==== EXERCISE INPUT

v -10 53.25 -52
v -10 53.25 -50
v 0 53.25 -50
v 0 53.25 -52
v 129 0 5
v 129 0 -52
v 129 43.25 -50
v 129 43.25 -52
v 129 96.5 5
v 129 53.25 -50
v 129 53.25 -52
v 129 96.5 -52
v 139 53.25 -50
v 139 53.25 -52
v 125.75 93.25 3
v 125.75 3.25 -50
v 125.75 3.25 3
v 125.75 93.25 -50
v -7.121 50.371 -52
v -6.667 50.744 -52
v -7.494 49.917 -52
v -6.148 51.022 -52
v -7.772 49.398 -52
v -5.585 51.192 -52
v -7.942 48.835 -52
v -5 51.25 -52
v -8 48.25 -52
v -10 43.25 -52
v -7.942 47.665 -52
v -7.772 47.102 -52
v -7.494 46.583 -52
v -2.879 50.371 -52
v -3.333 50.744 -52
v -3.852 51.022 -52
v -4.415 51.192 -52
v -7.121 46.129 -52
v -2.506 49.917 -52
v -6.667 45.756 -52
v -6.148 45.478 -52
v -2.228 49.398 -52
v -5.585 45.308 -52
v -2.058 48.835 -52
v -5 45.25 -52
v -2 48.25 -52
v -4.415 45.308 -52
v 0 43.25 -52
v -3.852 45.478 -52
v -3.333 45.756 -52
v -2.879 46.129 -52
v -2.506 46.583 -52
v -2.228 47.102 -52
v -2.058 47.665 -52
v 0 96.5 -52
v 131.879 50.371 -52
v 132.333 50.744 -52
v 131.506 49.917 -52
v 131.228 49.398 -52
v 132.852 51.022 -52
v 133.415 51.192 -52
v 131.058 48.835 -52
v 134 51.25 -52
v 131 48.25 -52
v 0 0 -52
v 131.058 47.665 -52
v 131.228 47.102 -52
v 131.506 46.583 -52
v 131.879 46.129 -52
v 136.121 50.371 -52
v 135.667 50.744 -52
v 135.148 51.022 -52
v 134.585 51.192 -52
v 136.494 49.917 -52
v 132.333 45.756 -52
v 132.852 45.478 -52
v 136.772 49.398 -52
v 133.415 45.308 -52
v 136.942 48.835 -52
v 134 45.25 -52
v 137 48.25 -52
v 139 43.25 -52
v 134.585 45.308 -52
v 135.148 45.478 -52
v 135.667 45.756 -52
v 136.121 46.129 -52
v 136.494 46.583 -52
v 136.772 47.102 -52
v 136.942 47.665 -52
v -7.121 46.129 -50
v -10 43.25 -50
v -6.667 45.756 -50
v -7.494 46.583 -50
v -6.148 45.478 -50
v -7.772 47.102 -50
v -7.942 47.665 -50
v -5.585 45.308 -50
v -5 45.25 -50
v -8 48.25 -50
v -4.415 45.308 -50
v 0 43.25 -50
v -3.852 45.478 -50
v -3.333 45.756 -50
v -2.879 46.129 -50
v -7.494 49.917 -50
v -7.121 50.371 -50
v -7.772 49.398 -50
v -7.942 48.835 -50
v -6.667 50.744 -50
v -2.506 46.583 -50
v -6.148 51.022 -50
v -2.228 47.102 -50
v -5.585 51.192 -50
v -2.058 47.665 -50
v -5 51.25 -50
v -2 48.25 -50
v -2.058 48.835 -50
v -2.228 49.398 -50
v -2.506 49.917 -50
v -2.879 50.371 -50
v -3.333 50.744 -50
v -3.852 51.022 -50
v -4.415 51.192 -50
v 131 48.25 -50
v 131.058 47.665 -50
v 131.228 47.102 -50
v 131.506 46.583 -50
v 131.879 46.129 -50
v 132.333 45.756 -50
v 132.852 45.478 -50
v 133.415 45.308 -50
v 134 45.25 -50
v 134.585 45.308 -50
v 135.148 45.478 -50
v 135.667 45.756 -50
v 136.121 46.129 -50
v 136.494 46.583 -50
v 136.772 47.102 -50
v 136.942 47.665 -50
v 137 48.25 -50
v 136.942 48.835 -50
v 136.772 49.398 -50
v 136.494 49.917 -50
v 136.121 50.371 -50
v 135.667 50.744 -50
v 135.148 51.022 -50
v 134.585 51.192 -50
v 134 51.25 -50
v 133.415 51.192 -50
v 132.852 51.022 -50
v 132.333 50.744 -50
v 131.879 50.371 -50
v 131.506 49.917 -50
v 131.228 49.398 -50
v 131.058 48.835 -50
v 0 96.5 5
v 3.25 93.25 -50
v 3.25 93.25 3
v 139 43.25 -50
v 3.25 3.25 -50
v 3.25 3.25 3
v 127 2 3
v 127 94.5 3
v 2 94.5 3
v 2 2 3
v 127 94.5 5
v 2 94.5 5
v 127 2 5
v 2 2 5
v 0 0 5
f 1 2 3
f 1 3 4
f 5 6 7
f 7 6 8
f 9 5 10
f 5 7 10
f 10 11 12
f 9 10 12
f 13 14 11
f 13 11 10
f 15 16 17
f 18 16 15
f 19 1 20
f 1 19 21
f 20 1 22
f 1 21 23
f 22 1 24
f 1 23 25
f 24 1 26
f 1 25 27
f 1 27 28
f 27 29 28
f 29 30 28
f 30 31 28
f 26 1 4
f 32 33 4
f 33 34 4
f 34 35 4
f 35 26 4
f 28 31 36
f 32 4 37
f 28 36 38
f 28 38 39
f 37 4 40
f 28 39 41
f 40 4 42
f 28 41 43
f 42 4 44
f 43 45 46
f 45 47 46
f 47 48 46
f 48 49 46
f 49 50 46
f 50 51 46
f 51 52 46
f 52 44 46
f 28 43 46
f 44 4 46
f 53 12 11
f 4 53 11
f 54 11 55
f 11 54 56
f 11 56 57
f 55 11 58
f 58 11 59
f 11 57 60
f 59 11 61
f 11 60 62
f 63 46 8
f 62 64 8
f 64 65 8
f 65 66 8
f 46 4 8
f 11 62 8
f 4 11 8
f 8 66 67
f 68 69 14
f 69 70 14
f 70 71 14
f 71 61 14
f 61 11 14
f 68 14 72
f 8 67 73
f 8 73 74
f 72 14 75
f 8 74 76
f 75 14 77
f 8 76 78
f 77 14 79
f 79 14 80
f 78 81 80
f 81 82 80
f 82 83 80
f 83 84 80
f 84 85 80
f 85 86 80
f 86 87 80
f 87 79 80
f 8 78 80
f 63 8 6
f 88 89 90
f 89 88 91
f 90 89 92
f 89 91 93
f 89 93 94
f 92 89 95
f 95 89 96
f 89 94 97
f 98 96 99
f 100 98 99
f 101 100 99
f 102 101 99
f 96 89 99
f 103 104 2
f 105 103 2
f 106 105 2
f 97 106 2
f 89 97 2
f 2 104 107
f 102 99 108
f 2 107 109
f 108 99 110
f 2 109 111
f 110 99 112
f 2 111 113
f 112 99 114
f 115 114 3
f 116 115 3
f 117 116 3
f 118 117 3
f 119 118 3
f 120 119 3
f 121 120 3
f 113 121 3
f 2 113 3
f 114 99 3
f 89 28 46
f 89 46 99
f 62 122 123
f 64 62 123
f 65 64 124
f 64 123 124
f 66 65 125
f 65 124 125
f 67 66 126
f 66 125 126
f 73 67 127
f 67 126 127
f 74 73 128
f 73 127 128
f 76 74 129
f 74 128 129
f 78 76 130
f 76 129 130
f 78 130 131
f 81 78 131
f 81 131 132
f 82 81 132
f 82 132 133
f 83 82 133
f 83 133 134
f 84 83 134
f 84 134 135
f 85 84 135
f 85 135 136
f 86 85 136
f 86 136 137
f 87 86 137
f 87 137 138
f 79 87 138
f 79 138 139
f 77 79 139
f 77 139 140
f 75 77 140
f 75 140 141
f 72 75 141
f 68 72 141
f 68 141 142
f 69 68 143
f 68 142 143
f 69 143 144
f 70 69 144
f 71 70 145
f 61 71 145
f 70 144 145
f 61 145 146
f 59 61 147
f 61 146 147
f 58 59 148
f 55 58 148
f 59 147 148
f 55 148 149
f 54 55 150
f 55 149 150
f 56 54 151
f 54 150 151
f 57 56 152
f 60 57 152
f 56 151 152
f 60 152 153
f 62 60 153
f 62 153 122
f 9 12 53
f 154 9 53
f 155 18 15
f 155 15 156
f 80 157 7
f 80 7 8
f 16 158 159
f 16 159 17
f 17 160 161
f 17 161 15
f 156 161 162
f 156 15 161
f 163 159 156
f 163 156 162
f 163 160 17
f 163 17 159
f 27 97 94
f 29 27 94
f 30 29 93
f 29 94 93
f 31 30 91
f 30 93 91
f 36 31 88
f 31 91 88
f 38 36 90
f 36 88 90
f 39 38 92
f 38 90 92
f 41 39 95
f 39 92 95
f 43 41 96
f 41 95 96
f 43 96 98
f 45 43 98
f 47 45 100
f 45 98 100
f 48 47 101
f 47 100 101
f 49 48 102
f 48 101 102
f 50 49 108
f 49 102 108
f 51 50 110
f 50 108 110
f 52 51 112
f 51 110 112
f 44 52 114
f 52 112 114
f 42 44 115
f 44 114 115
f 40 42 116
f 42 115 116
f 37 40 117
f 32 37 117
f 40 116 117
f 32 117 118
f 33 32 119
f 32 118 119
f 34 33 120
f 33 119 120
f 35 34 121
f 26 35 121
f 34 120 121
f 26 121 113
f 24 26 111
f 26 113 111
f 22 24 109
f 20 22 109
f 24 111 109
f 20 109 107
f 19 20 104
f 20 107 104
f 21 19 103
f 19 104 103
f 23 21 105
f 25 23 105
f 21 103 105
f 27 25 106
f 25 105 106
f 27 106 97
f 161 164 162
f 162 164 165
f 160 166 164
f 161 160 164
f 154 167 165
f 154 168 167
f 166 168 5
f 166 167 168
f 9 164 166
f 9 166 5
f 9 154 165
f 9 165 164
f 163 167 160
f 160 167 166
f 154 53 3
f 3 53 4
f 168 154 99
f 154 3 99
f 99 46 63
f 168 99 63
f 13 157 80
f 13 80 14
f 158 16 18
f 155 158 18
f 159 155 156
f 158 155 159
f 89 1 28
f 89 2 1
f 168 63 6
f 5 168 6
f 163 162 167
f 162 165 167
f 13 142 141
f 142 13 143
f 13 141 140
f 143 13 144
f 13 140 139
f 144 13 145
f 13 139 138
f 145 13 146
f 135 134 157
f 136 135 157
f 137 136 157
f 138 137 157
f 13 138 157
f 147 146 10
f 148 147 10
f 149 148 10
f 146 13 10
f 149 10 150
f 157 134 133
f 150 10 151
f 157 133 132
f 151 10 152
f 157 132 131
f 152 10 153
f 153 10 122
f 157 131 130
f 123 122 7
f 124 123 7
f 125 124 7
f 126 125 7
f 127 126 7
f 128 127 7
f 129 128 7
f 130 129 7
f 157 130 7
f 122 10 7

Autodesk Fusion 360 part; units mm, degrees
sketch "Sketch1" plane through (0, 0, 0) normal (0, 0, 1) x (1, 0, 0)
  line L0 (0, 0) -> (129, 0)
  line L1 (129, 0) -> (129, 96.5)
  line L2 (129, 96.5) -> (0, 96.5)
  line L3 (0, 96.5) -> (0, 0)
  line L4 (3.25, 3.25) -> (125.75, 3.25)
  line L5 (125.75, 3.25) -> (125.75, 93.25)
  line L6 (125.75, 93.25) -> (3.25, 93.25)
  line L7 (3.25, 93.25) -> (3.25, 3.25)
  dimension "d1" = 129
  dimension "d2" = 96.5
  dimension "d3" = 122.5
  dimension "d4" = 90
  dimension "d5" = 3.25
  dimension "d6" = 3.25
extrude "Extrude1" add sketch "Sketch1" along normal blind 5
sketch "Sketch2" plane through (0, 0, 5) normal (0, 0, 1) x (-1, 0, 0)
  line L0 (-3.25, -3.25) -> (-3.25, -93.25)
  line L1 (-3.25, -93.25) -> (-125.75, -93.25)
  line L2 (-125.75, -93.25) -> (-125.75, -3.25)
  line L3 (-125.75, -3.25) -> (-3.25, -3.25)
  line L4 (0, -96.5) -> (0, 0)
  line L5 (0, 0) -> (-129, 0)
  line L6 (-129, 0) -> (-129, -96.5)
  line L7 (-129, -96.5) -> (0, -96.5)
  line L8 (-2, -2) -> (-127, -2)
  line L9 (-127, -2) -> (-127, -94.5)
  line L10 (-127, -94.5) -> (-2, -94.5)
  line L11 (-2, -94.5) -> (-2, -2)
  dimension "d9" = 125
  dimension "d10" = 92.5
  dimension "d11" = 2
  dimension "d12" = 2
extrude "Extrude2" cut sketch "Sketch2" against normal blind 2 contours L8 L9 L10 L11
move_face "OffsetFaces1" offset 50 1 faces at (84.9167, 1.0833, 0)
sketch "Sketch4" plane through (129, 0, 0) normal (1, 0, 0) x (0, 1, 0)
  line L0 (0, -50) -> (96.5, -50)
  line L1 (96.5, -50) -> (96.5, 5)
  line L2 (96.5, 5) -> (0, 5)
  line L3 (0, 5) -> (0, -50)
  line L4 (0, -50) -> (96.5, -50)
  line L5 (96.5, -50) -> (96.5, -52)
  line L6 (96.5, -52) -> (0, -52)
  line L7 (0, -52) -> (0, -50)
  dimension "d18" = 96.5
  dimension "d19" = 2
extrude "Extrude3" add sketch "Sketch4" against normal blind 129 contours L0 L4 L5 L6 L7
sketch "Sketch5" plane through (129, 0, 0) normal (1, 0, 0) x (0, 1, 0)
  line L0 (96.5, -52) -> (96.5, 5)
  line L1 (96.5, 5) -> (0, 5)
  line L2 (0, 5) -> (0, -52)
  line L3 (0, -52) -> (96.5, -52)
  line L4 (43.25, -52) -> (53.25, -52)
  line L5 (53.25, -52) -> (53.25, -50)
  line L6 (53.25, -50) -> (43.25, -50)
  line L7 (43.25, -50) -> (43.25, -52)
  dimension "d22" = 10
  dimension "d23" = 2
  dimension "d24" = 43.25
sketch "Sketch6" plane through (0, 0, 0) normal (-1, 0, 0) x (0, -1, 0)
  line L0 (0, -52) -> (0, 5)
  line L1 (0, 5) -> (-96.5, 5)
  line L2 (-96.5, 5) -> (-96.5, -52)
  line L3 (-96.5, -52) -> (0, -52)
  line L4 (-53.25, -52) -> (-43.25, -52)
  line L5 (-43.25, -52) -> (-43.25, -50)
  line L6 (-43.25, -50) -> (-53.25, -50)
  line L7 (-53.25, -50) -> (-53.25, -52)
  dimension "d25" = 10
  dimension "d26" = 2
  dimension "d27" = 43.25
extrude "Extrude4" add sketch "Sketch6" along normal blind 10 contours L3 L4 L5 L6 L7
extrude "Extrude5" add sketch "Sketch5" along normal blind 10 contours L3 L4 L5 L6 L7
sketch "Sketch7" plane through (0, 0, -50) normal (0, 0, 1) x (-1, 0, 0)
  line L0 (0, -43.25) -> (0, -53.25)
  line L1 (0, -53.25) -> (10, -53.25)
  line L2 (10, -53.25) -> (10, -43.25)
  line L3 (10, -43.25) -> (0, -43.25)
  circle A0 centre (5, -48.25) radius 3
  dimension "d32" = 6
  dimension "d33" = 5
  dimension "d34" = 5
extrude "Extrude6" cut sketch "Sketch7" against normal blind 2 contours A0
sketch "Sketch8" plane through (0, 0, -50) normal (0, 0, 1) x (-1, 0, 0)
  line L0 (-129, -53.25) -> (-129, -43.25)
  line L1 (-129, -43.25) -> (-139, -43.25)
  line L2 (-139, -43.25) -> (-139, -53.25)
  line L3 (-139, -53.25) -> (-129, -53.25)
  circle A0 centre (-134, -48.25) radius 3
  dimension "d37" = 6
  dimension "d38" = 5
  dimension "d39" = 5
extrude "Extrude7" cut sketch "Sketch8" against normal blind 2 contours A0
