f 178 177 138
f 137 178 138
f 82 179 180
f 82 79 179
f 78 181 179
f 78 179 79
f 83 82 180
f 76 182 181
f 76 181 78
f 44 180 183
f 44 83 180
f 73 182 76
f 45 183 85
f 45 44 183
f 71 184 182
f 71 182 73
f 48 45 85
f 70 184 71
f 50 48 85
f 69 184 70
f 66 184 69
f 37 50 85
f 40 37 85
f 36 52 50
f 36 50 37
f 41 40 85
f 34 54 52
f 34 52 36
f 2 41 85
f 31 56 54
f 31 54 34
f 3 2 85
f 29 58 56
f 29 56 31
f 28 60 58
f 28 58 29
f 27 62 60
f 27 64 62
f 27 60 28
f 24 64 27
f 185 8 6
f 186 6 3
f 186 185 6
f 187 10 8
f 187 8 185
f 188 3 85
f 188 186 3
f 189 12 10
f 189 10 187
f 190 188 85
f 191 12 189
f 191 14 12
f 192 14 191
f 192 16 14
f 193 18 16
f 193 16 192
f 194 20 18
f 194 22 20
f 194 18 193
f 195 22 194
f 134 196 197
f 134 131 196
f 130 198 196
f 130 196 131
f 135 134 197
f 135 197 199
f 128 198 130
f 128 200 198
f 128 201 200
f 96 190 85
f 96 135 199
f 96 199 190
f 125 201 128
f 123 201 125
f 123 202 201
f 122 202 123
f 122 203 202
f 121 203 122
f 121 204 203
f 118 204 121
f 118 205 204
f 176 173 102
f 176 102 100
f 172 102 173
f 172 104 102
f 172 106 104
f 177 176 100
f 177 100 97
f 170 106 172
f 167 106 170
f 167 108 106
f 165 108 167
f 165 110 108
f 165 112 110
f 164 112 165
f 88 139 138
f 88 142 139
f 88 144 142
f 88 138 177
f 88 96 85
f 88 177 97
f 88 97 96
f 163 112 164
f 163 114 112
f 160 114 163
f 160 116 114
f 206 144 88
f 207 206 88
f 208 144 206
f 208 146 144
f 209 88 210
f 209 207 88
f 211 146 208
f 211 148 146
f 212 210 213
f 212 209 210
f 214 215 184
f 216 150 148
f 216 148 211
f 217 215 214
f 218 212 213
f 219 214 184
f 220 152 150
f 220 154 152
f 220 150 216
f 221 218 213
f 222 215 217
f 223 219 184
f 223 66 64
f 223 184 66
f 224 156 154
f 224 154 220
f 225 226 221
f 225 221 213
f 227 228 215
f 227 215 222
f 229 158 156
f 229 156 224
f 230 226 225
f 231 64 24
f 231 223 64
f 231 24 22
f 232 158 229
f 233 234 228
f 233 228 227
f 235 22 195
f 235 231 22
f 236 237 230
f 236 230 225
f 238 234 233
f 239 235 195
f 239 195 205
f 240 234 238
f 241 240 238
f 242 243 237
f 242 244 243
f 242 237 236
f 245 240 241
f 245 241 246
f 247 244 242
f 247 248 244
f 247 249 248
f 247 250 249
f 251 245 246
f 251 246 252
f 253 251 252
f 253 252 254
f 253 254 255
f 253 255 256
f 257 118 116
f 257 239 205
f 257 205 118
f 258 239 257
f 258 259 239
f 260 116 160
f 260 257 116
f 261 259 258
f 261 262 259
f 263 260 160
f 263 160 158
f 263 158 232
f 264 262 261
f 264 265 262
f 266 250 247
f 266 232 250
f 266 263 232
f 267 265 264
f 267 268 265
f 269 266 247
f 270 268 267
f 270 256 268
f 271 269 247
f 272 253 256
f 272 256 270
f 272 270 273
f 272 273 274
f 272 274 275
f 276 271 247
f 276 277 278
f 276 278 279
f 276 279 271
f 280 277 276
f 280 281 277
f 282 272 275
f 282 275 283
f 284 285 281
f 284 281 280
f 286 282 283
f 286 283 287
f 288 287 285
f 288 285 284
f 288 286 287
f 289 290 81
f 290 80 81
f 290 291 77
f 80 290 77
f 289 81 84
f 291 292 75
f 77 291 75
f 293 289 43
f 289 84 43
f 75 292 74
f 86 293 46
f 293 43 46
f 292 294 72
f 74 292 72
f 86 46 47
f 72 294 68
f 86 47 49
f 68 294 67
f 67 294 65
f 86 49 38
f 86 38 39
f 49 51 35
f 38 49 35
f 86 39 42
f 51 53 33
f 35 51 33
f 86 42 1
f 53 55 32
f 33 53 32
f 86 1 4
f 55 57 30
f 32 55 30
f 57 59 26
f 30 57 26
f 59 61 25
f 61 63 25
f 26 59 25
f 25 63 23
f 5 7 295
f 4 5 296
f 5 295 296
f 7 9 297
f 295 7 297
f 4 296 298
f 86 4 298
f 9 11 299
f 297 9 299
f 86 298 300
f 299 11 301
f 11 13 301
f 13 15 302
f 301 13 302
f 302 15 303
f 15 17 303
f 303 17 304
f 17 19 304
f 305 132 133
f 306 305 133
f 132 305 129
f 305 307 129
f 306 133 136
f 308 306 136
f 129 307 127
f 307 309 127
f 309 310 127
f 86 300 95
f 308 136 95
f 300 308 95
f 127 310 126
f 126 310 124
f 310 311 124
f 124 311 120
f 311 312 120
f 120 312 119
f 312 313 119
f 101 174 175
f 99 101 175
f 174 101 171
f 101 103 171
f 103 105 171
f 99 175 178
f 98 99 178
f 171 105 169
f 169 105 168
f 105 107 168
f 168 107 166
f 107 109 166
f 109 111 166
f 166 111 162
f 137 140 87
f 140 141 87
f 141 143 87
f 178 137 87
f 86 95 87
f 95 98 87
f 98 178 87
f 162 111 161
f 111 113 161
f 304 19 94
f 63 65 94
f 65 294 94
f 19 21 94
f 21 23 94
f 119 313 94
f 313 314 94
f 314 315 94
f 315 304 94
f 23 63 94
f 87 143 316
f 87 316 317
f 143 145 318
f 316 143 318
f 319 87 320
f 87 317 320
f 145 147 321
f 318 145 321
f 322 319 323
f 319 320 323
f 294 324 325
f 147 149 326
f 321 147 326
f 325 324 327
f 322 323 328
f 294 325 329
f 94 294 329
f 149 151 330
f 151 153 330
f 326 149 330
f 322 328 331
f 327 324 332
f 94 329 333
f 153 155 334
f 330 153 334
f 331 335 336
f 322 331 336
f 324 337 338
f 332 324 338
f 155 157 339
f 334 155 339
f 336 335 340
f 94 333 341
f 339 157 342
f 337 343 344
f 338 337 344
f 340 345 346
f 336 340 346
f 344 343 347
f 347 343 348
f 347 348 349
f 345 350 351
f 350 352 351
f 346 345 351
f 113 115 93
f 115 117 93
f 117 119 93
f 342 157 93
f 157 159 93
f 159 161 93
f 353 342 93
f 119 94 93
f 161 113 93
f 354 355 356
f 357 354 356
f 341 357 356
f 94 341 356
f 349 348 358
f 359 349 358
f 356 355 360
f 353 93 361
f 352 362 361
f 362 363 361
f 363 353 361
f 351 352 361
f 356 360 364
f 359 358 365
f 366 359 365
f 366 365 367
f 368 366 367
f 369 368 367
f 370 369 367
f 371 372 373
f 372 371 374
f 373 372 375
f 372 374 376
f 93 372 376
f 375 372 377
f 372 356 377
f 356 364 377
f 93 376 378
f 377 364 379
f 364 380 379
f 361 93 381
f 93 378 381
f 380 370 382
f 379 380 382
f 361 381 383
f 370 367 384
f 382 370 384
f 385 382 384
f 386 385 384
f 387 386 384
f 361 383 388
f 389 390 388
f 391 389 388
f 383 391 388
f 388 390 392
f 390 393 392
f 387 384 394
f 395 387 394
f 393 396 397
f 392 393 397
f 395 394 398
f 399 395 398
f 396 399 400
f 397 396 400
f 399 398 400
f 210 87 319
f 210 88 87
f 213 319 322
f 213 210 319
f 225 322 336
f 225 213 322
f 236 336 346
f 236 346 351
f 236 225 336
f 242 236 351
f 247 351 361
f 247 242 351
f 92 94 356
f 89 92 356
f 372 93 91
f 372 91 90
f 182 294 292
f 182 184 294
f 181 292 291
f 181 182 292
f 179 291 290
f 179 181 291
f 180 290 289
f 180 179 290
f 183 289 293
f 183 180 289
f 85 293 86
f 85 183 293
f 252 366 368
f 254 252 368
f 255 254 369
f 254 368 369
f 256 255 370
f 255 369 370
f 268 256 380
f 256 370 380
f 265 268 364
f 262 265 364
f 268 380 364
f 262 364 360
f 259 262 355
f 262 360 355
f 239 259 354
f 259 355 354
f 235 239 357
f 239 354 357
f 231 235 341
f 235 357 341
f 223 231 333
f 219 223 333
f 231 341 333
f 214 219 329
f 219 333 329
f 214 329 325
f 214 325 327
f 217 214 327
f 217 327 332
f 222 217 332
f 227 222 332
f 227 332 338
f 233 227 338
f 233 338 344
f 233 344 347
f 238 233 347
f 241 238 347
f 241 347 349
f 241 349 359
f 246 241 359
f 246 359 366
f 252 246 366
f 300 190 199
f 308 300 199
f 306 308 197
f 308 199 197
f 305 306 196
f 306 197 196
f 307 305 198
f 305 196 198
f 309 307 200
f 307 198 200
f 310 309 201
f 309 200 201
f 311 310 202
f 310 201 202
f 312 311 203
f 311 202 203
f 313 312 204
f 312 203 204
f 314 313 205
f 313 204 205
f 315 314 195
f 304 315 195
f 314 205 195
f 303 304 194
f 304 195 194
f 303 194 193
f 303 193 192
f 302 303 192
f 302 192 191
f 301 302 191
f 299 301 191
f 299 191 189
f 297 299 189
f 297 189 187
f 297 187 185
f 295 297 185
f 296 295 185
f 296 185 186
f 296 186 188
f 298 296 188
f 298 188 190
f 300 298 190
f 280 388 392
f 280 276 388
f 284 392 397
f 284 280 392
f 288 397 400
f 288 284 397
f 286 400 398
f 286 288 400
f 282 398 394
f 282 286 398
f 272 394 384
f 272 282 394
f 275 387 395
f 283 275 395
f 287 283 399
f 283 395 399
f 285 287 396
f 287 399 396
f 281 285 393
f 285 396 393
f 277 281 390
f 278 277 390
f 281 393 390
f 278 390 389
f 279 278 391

========

- WORK TASK
Extract the lines above, from the first one through the one containing "v -7.494 46.583 -52", and return only those, unchanged.

- SOLUTION
v -10 53.25 -52
v -10 53.25 -50
v 0 53.25 -50
v 0 53.25 -52
v 129 0 5
v 129 0 -52
v 129 43.25 -50
v 129 43.25 -52
v 129 96.5 5
v 129 53.25 -50
v 129 53.25 -52
v 129 96.5 -52
v 139 53.25 -50
v 139 53.25 -52
v 125.75 93.25 3
v 125.75 3.25 -50
v 125.75 3.25 3
v 125.75 93.25 -50
v -7.121 50.371 -52
v -6.667 50.744 -52
v -7.494 49.917 -52
v -6.148 51.022 -52
v -7.772 49.398 -52
v -5.585 51.192 -52
v -7.942 48.835 -52
v -5 51.25 -52
v -8 48.25 -52
v -10 43.25 -52
v -7.942 47.665 -52
v -7.772 47.102 -52
v -7.494 46.583 -52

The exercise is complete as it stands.